[[ RECORDS FOR THIS TASK open ]]
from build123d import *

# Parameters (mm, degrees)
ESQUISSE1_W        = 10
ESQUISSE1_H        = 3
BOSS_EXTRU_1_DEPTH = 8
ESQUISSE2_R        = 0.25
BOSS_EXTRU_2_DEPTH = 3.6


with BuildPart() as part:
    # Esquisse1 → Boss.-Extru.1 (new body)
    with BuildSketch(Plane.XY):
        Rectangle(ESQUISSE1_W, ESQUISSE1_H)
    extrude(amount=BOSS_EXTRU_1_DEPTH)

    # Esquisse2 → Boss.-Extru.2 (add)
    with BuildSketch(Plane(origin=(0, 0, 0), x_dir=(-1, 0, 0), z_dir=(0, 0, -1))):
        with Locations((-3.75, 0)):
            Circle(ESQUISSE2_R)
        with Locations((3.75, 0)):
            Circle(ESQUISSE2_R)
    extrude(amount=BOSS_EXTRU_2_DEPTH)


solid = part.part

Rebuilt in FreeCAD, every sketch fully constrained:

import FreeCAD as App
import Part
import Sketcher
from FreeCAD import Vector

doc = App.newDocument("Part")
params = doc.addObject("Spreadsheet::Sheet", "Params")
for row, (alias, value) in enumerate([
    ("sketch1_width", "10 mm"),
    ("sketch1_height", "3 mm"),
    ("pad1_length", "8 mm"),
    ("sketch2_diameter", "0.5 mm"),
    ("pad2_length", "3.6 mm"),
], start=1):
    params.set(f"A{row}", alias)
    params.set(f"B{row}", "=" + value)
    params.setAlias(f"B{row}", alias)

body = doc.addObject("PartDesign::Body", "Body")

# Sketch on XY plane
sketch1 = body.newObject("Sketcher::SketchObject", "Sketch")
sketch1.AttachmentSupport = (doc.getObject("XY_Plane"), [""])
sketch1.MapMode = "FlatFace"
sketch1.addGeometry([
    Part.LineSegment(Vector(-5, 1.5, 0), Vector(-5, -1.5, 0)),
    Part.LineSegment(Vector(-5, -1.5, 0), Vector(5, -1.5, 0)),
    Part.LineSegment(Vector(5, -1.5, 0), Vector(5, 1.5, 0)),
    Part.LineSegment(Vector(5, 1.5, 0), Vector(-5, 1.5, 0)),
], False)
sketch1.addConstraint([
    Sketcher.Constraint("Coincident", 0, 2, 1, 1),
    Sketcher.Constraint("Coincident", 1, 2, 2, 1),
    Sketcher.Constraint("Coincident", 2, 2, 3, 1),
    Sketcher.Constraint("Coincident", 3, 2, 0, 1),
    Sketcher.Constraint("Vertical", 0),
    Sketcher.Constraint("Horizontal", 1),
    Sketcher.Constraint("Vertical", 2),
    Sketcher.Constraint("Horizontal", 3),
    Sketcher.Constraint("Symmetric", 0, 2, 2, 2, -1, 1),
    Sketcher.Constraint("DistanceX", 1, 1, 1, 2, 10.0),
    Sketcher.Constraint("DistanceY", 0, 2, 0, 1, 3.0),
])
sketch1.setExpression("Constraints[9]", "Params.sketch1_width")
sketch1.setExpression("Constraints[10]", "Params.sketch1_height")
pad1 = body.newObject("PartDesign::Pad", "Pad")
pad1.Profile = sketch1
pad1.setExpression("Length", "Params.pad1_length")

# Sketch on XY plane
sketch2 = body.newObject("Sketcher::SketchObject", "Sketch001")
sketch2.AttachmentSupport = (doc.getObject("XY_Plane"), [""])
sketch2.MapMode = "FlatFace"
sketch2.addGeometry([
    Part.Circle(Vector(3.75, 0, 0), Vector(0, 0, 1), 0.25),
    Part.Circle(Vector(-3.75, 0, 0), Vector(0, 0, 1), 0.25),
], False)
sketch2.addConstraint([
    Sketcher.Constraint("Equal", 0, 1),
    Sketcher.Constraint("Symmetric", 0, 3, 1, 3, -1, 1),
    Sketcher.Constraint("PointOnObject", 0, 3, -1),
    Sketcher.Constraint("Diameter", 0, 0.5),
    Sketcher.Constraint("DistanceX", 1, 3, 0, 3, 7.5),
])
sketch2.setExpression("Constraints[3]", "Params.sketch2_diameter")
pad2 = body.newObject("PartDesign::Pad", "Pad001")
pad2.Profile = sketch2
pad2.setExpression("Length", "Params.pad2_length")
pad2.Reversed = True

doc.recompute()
[[ RECORDS FOR THIS TASK closed ]]
[[ RECORDS FOR THIS TASK open ]]
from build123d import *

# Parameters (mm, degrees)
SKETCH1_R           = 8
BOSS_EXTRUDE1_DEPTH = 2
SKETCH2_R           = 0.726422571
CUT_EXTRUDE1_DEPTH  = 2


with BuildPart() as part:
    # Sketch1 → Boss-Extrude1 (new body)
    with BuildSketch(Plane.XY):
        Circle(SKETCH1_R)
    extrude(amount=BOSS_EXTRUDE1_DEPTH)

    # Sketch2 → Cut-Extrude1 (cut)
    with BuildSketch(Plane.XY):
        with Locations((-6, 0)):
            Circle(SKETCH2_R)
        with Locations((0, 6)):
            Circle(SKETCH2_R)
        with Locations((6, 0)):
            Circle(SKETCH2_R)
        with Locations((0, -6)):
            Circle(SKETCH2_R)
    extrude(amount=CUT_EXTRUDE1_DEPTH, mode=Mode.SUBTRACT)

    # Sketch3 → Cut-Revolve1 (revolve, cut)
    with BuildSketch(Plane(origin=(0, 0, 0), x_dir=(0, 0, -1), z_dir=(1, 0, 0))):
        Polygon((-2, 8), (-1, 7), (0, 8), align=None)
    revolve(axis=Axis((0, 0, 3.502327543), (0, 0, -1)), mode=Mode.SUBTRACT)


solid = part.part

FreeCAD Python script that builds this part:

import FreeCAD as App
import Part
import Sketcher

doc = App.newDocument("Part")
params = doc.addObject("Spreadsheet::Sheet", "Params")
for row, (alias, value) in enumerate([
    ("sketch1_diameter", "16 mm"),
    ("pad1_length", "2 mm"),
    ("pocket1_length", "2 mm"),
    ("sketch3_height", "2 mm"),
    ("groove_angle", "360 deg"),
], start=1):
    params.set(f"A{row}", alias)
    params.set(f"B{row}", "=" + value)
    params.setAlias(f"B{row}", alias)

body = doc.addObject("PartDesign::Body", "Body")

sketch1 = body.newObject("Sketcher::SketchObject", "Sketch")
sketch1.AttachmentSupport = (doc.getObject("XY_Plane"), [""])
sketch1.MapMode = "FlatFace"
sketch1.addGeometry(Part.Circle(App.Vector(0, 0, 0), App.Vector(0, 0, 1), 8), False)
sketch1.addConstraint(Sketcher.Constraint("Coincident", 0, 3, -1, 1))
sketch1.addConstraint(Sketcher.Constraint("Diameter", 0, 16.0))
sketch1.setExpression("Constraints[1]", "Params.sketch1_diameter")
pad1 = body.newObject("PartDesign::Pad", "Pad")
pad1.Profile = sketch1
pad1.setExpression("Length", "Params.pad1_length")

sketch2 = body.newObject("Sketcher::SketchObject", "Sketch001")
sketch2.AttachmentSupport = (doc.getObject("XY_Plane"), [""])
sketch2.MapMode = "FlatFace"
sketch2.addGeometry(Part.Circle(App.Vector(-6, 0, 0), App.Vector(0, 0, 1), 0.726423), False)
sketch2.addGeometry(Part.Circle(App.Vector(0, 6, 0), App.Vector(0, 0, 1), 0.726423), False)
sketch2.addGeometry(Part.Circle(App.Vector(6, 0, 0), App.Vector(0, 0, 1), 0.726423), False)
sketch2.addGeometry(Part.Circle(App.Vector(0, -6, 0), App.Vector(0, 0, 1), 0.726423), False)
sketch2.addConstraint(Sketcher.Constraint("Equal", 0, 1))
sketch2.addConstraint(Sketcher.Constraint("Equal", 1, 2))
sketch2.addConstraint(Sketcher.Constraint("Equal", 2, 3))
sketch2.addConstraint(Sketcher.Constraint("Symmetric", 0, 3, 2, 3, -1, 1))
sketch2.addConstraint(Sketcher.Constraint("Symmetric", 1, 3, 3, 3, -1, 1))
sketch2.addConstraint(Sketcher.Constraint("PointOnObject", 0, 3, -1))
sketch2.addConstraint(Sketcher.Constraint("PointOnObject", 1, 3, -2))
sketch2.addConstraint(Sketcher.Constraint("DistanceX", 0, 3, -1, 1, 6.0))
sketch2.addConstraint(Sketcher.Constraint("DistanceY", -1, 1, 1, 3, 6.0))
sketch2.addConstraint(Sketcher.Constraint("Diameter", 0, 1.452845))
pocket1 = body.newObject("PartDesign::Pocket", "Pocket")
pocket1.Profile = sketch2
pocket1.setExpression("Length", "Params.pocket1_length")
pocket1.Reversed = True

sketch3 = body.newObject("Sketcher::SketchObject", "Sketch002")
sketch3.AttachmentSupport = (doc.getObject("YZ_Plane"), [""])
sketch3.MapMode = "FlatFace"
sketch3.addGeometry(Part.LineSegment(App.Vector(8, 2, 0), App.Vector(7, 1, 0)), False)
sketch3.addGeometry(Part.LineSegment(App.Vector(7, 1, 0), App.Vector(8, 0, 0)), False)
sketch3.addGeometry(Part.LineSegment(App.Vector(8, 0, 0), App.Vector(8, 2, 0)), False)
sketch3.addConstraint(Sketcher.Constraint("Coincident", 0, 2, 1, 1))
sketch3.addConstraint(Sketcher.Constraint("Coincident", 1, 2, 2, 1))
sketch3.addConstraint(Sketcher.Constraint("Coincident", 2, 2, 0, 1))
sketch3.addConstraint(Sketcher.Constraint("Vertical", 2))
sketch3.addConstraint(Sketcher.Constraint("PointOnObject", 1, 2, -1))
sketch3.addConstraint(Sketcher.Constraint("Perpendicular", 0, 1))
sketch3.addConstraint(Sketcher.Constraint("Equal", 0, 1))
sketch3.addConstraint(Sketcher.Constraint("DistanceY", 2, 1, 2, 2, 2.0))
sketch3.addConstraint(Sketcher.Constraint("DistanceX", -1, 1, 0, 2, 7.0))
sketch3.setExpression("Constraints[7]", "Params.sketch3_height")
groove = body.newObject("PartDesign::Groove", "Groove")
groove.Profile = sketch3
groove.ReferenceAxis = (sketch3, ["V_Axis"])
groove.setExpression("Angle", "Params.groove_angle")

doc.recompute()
[[ RECORDS FOR THIS TASK closed ]]
[[ RECORDS FOR THIS TASK open ]]
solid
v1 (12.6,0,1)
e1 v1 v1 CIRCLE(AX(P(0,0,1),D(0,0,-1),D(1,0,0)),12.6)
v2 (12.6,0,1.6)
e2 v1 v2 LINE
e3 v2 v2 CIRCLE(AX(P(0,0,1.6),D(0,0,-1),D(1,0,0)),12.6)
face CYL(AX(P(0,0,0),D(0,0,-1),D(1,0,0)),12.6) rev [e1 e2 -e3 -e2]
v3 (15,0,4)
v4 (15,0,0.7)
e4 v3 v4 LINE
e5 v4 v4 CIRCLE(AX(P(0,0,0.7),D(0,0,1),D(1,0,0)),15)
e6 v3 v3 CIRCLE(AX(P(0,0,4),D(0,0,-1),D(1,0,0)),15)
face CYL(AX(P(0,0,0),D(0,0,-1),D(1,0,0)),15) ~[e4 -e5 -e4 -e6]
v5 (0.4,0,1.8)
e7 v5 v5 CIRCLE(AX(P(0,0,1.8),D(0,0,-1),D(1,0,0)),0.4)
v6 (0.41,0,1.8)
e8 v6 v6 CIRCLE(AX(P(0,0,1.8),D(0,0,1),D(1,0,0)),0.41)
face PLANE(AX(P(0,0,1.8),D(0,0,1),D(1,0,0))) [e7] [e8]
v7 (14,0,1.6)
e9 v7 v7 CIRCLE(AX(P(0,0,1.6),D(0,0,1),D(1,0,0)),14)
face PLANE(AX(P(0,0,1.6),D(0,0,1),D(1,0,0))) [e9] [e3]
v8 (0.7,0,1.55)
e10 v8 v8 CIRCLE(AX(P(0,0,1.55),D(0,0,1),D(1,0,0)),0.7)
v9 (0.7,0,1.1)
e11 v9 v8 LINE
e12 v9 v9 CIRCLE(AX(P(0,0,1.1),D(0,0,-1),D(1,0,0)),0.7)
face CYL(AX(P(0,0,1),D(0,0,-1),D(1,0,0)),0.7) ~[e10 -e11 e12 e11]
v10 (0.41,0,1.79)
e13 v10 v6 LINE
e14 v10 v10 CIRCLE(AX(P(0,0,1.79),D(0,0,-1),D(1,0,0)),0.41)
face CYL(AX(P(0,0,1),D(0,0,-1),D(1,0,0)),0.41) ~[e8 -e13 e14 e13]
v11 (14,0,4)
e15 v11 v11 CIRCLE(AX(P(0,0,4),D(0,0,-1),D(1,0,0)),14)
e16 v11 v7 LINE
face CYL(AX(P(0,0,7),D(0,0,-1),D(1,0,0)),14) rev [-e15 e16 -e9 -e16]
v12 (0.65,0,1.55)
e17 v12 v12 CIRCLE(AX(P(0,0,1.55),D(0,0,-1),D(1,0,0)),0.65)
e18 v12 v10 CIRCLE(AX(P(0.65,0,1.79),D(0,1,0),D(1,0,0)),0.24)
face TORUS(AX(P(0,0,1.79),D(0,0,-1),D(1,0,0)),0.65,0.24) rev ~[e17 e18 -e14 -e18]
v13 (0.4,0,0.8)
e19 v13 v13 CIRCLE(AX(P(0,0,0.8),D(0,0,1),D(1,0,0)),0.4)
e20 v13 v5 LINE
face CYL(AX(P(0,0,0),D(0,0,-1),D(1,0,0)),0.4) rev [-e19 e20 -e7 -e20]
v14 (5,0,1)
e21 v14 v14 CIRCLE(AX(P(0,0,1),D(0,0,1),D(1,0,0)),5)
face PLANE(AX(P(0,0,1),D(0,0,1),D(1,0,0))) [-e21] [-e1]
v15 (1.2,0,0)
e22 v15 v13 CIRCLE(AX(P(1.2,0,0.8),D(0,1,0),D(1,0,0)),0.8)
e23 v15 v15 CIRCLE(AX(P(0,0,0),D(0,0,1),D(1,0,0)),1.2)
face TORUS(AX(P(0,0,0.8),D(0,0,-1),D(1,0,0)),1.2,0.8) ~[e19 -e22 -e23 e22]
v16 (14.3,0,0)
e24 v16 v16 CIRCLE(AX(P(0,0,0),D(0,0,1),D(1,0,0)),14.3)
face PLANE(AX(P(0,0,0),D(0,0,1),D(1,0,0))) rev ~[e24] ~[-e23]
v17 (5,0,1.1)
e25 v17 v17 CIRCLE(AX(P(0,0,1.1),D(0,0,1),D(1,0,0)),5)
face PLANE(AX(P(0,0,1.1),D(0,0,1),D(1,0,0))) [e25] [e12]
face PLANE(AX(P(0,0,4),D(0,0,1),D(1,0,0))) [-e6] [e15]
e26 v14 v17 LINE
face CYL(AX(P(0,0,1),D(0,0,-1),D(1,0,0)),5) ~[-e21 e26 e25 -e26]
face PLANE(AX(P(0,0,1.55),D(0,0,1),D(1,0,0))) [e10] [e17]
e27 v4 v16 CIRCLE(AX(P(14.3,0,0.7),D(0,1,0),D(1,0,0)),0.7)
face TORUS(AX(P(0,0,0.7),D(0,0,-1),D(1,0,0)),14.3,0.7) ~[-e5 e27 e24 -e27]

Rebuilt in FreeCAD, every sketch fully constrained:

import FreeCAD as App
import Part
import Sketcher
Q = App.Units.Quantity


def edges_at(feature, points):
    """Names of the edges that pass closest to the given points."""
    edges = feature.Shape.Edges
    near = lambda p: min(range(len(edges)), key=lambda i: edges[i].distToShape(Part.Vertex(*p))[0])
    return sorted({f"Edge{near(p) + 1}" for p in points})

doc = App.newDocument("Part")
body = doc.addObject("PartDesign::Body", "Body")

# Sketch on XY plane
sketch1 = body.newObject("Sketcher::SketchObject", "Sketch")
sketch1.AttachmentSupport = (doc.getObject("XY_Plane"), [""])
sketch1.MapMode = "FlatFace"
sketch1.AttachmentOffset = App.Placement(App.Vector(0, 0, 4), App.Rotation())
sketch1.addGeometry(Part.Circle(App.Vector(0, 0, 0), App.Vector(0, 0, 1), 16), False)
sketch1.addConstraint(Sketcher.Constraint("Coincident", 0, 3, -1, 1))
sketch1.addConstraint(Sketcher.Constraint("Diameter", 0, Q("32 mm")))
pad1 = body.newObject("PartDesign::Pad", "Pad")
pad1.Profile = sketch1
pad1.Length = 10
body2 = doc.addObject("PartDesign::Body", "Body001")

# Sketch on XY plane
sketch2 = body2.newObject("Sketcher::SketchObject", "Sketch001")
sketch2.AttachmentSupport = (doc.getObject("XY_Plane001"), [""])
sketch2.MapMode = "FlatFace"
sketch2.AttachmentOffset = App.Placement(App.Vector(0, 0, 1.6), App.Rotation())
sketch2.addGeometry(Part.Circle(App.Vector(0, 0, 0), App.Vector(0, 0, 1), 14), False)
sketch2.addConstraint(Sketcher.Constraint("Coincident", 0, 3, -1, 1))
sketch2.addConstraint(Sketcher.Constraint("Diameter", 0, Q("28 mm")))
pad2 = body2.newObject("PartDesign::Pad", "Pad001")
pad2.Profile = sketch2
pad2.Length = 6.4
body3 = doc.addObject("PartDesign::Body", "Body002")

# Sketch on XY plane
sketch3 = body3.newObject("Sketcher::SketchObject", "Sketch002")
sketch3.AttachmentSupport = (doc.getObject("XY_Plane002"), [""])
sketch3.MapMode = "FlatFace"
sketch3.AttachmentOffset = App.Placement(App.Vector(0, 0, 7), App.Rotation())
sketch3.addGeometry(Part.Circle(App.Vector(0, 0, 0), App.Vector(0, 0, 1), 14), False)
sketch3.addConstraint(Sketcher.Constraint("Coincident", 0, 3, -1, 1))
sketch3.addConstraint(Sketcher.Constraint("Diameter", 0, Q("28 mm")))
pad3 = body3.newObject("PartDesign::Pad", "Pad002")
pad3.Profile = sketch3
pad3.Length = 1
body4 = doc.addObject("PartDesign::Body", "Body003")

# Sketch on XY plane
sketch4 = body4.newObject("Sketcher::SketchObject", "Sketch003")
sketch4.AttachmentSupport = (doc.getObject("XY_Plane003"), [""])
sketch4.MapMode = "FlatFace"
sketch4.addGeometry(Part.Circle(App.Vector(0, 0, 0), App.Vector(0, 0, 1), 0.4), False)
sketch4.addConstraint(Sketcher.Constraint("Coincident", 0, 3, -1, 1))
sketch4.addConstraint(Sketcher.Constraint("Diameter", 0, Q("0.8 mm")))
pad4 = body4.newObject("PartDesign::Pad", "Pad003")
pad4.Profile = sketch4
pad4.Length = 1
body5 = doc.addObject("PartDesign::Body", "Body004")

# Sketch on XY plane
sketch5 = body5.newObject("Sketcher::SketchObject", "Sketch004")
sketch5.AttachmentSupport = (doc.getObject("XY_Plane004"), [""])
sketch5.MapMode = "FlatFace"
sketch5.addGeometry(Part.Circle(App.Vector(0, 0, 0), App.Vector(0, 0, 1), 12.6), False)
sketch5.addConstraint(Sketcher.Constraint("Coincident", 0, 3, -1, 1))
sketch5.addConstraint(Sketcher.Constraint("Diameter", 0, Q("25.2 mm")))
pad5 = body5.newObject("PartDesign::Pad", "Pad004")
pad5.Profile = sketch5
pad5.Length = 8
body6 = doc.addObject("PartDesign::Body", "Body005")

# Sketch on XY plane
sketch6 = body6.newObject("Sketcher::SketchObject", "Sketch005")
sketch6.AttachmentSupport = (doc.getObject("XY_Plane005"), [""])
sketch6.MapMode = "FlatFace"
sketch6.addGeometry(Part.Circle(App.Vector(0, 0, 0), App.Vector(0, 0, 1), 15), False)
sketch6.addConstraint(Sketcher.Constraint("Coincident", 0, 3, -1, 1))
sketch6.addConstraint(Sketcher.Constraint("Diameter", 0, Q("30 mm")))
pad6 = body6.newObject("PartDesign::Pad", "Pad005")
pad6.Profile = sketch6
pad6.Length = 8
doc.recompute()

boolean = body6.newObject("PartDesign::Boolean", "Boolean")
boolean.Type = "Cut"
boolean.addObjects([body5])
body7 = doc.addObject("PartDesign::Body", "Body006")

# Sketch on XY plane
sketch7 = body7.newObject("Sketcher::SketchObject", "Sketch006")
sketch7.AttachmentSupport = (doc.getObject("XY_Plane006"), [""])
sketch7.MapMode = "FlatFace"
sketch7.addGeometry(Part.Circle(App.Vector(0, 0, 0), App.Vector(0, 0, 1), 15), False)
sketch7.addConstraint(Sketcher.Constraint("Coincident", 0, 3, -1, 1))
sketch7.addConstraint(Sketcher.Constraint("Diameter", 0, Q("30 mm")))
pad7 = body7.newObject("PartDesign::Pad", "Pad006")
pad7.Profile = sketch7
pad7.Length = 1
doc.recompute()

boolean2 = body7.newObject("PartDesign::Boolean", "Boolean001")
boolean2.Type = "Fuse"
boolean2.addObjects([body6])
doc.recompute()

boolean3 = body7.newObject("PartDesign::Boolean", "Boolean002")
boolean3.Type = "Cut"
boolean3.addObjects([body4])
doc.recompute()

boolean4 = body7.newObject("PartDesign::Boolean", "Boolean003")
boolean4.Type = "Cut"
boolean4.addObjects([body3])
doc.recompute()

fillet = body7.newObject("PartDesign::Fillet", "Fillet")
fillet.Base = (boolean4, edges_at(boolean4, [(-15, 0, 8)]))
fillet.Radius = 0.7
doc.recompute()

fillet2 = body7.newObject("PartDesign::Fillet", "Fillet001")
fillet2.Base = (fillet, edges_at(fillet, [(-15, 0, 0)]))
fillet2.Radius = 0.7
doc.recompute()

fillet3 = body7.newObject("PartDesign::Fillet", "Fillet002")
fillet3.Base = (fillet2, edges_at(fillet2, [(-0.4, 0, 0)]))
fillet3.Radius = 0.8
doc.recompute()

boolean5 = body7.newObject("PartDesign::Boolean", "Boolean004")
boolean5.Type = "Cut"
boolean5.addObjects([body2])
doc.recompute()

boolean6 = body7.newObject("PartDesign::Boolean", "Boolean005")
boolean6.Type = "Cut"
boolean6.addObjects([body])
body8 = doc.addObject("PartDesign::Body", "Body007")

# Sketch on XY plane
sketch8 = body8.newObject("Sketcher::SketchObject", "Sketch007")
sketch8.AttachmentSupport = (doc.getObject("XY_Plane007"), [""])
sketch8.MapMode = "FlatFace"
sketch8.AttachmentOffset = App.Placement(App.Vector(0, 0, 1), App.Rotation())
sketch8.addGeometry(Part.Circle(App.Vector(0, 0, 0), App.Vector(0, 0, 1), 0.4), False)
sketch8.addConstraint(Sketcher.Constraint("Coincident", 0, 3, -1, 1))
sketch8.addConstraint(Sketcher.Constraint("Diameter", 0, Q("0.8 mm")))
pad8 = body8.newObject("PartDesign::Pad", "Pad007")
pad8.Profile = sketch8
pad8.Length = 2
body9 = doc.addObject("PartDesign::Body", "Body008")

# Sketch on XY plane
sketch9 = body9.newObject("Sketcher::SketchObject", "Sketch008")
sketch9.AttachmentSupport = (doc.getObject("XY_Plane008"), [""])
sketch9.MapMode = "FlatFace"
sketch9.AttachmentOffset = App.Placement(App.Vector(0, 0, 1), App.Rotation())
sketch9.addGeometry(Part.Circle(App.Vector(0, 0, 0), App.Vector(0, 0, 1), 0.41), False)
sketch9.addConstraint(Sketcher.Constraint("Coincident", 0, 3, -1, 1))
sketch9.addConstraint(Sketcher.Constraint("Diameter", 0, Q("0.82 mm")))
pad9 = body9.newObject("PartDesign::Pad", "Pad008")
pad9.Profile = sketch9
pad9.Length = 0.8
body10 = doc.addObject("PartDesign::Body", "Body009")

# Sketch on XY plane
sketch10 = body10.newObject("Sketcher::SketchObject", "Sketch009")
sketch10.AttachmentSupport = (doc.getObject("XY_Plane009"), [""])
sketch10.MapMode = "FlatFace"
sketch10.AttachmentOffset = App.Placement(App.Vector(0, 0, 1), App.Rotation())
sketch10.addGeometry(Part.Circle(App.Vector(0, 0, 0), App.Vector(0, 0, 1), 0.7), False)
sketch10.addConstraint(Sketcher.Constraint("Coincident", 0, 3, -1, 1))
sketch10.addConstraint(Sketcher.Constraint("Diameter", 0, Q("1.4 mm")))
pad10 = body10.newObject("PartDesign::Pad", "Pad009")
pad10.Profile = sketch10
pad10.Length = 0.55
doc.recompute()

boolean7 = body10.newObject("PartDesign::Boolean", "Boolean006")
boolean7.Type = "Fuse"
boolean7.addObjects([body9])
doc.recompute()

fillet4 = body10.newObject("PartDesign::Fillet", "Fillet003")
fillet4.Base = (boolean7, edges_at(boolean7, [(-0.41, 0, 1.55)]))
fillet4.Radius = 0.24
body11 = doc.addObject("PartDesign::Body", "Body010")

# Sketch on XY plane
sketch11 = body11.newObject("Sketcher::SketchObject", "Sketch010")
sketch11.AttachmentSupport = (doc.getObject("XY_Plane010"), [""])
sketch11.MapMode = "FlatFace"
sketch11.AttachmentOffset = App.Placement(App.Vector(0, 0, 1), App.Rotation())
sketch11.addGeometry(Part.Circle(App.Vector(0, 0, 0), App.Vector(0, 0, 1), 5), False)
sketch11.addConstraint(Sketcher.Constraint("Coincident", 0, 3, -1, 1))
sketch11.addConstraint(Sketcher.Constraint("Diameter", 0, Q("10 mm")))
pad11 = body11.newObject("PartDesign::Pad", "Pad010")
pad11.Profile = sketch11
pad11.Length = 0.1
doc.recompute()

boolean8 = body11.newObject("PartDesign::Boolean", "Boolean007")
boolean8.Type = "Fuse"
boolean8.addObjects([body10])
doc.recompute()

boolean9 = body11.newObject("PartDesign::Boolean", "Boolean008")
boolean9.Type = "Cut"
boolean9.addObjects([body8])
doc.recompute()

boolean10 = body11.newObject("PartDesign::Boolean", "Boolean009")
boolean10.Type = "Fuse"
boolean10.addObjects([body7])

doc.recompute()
[[ RECORDS FOR THIS TASK closed ]]
*PROBLEM STATEMENT*. Across the records above, show each line containing the word "amount".

*WRITTEN SOLUTION*.
    extrude(amount=BOSS_EXTRU_1_DEPTH)
    extrude(amount=BOSS_EXTRU_2_DEPTH)
    extrude(amount=BOSS_EXTRUDE1_DEPTH)
    extrude(amount=CUT_EXTRUDE1_DEPTH, mode=Mode.SUBTRACT)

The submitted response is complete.